§ **Task to complete**
When you reach the line that contains "v -6.922 14.043 5" in the data below, start reproducing lines exactly, and stop after the line that contains "v 2.557 6.484 0".

§ **Information given**

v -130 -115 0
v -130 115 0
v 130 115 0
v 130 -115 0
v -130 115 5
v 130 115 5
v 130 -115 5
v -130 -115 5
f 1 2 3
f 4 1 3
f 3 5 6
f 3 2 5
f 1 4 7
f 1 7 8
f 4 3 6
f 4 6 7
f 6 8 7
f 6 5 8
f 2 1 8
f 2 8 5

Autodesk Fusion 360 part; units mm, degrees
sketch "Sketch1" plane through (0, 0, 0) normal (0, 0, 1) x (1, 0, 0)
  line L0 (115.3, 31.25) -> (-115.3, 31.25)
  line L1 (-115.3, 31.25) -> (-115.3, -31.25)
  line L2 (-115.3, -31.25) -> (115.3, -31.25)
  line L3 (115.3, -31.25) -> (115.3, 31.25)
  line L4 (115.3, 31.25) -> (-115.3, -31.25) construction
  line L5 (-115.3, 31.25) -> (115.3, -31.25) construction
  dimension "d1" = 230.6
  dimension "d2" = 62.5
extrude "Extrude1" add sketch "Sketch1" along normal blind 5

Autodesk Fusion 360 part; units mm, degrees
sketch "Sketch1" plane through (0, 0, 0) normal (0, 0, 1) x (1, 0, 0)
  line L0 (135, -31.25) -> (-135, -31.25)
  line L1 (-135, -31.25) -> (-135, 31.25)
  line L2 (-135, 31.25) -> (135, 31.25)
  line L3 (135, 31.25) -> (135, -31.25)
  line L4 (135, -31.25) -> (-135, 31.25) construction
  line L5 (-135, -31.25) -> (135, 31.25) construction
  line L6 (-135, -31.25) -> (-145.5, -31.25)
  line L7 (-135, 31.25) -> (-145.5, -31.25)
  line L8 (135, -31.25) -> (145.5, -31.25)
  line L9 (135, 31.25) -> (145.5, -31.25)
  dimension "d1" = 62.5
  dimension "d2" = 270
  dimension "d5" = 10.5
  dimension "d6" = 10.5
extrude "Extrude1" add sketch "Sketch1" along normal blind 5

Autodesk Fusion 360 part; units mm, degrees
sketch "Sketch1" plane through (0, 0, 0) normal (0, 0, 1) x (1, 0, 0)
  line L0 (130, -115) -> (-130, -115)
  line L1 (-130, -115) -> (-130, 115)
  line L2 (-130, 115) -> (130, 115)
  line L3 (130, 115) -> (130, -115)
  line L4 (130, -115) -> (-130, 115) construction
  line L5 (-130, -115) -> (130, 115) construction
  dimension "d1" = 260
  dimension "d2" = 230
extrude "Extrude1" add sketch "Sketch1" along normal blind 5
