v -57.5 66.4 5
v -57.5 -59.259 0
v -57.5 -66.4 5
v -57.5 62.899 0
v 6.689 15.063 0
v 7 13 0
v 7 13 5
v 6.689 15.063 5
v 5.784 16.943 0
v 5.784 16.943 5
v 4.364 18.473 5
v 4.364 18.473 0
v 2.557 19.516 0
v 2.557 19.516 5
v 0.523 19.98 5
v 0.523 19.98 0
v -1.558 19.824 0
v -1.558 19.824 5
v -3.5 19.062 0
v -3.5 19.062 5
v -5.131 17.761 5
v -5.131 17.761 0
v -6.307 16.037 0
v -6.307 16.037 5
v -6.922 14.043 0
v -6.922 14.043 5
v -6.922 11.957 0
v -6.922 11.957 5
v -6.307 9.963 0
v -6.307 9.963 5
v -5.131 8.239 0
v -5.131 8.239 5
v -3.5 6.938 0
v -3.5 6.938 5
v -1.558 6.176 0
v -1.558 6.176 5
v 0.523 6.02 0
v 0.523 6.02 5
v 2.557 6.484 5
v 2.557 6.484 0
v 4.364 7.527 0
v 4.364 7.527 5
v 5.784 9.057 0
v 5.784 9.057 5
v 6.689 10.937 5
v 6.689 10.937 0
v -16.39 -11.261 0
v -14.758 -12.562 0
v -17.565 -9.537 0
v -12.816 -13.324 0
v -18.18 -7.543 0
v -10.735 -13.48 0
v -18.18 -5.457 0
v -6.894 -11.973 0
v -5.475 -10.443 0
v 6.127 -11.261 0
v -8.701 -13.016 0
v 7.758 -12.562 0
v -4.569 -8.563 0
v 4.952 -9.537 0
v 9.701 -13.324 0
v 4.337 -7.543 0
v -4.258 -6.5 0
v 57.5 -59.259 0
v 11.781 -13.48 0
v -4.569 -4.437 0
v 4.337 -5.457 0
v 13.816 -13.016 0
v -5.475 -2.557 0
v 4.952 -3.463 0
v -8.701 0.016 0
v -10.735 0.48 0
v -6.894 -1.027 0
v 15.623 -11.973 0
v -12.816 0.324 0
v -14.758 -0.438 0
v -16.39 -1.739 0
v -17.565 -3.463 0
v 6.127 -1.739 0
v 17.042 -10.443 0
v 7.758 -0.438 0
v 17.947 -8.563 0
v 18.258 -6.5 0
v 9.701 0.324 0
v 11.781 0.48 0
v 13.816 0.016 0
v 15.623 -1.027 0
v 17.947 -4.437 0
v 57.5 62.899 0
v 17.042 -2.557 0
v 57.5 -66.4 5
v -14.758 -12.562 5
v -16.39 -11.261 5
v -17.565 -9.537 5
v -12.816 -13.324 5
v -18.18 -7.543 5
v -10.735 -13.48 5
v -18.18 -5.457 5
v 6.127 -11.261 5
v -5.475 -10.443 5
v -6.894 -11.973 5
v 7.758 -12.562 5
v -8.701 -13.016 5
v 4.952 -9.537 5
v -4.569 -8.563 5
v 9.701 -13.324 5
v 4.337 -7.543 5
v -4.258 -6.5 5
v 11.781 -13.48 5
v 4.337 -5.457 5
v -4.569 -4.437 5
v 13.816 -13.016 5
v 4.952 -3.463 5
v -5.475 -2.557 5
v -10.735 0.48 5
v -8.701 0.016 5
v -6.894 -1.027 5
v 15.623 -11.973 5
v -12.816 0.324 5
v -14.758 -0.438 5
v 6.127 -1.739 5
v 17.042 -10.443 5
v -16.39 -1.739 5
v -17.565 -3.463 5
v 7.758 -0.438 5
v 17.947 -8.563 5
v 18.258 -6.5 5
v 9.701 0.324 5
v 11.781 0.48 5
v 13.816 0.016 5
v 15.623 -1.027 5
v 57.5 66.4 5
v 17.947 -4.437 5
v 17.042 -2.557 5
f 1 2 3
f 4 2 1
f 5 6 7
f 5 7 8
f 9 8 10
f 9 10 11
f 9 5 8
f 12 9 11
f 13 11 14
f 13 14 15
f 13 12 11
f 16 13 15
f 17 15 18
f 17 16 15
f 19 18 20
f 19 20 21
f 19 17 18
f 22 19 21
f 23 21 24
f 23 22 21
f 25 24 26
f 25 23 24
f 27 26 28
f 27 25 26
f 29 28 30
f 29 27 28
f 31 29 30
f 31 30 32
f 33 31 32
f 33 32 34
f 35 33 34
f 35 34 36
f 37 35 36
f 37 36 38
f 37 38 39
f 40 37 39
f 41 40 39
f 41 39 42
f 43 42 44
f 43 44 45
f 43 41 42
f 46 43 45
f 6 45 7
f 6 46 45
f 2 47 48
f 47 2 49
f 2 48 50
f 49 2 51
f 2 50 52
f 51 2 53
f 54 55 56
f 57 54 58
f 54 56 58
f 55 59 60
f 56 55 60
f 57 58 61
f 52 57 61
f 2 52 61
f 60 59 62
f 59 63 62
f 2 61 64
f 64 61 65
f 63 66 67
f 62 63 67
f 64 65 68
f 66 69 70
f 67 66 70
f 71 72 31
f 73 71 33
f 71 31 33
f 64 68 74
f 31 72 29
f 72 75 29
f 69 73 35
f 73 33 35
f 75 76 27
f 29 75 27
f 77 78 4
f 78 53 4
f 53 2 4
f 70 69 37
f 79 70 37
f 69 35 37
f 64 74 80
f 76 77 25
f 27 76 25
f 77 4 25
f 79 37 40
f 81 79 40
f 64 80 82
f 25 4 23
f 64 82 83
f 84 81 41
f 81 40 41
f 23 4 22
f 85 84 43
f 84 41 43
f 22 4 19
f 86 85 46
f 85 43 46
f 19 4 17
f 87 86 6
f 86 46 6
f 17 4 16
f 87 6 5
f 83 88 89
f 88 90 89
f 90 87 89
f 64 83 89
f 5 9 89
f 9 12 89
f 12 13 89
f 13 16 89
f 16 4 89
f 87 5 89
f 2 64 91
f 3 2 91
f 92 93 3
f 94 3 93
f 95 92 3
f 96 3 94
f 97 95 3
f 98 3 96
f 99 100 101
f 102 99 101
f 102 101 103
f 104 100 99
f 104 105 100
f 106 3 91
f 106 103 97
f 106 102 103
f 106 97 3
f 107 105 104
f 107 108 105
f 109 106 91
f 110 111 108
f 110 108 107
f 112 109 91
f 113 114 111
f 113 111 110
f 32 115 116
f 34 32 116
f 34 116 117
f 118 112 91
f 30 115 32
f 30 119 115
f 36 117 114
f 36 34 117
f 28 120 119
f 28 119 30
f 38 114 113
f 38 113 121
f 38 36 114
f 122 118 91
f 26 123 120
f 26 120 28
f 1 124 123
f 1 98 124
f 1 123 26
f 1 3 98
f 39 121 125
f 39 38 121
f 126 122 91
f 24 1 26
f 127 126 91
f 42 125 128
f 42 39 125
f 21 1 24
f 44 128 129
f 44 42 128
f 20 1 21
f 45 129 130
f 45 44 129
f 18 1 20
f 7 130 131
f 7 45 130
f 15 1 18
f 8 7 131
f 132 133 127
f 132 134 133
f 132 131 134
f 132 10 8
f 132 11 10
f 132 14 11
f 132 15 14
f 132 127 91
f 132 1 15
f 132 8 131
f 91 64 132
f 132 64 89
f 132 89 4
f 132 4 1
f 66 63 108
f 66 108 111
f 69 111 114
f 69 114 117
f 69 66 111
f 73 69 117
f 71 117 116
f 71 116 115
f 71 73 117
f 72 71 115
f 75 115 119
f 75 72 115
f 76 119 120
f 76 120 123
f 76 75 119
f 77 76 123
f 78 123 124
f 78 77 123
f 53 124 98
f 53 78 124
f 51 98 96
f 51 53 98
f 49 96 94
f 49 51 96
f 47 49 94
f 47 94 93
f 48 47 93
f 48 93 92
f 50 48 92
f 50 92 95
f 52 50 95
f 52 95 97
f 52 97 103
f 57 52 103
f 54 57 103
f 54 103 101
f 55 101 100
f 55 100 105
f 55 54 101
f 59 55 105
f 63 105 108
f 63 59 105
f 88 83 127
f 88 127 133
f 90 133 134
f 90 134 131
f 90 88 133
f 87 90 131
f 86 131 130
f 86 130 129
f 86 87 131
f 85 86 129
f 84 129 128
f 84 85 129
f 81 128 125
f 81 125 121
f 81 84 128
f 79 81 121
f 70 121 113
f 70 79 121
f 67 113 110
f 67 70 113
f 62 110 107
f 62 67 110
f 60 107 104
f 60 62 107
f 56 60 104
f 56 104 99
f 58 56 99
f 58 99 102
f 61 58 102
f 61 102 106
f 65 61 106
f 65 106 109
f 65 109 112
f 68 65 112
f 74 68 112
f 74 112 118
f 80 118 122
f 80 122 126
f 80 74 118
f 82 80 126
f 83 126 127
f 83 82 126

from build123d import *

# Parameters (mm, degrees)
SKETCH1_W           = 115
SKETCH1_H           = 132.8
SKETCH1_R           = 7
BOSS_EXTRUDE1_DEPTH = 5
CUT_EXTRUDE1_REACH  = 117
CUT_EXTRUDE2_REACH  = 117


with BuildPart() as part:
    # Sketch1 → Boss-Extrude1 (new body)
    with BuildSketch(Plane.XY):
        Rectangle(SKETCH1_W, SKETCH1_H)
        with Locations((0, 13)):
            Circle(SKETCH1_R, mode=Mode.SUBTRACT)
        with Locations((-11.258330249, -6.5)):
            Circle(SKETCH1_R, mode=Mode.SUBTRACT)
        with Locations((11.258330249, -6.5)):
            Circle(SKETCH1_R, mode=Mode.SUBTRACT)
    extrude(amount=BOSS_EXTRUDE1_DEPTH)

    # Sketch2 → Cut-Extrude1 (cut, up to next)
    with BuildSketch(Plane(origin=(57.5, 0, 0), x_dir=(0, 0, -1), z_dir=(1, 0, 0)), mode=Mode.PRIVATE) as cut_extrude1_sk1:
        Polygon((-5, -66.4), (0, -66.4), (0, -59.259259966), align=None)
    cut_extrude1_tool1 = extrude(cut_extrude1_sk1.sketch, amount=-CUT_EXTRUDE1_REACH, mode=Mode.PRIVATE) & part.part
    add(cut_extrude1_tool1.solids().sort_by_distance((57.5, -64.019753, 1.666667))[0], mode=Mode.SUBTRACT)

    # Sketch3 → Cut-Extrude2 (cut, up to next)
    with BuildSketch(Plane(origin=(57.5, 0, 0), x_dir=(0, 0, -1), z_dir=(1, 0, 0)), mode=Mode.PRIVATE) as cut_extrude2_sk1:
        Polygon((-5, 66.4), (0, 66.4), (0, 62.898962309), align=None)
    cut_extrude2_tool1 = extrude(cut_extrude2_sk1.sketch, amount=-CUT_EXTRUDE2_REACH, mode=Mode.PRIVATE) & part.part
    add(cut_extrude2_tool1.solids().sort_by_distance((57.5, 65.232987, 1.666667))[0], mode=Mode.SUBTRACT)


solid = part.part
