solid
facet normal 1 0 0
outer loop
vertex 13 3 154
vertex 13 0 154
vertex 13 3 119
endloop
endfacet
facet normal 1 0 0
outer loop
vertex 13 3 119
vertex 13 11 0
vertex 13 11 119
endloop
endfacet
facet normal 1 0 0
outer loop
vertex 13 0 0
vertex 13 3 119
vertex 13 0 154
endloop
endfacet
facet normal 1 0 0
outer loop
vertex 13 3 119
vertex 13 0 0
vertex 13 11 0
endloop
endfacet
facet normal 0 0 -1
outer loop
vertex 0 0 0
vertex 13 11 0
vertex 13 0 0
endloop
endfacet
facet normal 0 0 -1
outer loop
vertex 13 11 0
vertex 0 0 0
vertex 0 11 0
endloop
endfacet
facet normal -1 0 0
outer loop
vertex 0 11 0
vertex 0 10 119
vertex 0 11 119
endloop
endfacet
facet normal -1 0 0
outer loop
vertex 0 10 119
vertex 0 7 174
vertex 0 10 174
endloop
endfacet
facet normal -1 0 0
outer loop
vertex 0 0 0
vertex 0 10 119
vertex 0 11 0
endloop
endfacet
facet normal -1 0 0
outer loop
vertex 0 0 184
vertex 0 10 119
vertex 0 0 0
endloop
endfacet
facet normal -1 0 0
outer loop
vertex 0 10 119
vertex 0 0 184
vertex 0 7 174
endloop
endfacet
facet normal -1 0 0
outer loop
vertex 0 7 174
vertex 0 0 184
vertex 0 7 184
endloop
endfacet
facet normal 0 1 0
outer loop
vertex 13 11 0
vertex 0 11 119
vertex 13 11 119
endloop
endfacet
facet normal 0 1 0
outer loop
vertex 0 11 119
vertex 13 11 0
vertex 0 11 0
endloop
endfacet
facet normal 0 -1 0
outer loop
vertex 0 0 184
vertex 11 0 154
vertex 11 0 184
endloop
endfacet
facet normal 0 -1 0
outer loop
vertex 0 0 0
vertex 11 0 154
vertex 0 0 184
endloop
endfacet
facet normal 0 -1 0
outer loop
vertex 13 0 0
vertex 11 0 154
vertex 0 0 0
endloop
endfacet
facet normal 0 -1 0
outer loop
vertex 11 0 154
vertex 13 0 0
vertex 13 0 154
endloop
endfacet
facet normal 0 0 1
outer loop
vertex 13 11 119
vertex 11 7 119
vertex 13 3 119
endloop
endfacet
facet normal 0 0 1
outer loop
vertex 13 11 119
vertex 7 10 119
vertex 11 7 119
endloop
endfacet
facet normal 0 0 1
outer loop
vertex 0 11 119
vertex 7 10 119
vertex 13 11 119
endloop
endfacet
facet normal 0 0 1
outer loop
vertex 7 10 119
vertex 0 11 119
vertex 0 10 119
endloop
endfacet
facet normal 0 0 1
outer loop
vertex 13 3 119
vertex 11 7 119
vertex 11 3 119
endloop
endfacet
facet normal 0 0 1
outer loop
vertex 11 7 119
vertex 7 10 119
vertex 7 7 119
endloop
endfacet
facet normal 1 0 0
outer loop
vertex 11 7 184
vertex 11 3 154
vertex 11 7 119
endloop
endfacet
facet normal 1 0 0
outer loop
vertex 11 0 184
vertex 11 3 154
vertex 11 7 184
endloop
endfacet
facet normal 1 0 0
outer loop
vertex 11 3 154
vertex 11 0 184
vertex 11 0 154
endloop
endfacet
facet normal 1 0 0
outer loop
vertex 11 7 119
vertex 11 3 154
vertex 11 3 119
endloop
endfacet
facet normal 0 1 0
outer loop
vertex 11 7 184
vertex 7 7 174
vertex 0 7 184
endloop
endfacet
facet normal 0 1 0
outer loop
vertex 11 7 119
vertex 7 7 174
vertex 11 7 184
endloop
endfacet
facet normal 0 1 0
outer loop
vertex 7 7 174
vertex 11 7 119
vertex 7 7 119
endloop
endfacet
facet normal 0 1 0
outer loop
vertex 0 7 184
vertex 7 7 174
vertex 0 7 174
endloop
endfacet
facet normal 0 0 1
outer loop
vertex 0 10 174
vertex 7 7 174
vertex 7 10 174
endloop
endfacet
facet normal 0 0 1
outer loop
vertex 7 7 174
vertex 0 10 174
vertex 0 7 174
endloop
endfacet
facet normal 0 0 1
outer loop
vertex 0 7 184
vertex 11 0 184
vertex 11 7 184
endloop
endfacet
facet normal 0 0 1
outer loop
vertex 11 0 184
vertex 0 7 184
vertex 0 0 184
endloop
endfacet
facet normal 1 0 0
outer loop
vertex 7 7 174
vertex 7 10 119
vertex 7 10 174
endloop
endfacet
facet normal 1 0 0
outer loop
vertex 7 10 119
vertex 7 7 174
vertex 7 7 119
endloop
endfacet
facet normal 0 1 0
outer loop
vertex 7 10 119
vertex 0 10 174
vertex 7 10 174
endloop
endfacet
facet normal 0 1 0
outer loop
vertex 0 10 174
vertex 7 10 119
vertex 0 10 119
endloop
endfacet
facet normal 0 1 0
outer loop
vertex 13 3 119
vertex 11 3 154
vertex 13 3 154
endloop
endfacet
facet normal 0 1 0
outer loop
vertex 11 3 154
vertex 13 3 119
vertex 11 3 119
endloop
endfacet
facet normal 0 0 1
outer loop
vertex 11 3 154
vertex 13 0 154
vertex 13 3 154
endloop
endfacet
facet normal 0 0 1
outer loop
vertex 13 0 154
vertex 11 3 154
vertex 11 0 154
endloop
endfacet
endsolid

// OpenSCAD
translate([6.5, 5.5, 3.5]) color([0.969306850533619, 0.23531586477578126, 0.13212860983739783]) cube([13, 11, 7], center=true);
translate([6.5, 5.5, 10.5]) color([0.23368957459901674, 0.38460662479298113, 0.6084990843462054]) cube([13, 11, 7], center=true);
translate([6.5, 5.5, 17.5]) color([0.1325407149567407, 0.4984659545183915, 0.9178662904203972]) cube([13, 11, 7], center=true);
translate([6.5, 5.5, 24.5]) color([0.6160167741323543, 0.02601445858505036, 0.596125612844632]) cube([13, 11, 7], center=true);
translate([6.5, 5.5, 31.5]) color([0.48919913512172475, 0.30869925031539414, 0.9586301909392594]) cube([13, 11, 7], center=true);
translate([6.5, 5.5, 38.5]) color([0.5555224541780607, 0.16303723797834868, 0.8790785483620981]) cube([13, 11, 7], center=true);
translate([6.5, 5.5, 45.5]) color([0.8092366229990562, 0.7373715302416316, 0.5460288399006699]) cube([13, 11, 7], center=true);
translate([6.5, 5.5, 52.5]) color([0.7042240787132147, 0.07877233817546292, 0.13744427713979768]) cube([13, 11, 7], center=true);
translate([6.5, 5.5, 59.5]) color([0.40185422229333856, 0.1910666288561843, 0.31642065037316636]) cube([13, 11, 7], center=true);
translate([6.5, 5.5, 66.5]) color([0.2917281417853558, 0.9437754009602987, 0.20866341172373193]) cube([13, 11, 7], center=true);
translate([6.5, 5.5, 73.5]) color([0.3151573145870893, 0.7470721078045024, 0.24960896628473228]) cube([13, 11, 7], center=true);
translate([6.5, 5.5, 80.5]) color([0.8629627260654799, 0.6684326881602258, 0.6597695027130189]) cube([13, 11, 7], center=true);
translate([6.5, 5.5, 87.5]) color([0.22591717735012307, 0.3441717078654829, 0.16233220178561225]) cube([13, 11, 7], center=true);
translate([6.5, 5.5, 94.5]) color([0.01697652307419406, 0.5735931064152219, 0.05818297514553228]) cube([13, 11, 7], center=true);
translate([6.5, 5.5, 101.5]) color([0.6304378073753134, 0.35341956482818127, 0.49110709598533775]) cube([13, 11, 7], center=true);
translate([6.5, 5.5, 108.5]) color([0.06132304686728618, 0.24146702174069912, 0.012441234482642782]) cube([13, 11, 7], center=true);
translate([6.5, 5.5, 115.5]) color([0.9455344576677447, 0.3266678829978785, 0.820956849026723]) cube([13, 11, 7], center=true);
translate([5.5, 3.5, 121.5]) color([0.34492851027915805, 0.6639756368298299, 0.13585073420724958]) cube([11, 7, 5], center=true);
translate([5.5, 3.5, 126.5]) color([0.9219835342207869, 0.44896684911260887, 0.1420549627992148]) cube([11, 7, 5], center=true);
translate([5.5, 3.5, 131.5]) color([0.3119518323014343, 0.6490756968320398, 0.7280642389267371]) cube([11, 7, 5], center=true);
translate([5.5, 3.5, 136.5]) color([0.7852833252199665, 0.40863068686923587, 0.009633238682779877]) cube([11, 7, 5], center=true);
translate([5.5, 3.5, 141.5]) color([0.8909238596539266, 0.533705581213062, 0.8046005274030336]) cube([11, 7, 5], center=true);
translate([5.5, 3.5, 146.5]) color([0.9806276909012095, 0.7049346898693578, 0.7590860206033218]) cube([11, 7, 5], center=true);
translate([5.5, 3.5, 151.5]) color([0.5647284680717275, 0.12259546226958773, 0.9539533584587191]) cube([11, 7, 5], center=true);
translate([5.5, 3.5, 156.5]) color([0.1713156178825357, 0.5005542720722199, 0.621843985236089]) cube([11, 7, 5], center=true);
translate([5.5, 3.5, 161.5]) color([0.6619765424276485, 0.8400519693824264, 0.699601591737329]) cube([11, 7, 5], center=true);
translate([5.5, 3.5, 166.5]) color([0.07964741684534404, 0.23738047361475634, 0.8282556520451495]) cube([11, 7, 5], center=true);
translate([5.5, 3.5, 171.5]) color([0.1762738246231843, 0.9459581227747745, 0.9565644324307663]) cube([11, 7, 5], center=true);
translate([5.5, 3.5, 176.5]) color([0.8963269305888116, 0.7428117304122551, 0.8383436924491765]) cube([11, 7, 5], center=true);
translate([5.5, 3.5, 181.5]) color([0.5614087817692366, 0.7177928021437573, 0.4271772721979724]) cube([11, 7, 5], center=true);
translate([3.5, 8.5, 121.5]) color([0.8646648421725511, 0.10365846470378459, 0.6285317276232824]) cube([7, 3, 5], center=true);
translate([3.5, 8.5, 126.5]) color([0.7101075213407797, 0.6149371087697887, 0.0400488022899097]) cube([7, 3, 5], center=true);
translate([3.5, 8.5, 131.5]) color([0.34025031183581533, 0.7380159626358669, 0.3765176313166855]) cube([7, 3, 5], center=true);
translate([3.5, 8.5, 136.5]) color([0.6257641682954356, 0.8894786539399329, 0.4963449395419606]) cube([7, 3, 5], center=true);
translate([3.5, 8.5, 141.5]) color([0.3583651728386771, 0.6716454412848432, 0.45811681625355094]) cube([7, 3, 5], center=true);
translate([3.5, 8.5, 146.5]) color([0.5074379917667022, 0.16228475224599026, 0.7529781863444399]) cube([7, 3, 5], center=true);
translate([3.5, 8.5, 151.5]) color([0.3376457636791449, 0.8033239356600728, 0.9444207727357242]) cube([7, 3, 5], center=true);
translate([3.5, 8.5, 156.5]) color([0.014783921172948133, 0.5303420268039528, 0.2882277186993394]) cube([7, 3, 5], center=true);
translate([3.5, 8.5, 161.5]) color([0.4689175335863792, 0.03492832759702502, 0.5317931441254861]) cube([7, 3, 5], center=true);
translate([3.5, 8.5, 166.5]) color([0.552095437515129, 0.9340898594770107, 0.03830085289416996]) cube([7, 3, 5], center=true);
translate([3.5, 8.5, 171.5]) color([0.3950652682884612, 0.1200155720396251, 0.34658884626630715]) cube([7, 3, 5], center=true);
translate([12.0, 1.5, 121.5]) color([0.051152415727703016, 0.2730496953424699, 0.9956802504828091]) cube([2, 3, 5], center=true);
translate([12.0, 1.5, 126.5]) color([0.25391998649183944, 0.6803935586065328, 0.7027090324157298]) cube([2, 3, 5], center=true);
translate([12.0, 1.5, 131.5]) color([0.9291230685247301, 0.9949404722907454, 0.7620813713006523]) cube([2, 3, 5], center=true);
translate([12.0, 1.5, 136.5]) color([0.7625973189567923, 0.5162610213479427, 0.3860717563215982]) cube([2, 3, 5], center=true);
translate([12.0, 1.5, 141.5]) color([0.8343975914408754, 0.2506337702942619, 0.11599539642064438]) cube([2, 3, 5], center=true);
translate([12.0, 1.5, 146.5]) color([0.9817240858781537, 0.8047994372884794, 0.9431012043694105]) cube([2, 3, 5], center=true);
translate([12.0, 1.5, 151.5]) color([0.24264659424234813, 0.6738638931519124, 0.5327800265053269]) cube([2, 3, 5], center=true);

§ **Reply to the task**
v -6.922 14.043 5
v -6.922 11.957 0
v -6.922 11.957 5
v -6.307 9.963 0
v -6.307 9.963 5
v -5.131 8.239 0
v -5.131 8.239 5
v -3.5 6.938 0
v -3.5 6.938 5
v -1.558 6.176 0
v -1.558 6.176 5
v 0.523 6.02 0
v 0.523 6.02 5
v 2.557 6.484 5
v 2.557 6.484 0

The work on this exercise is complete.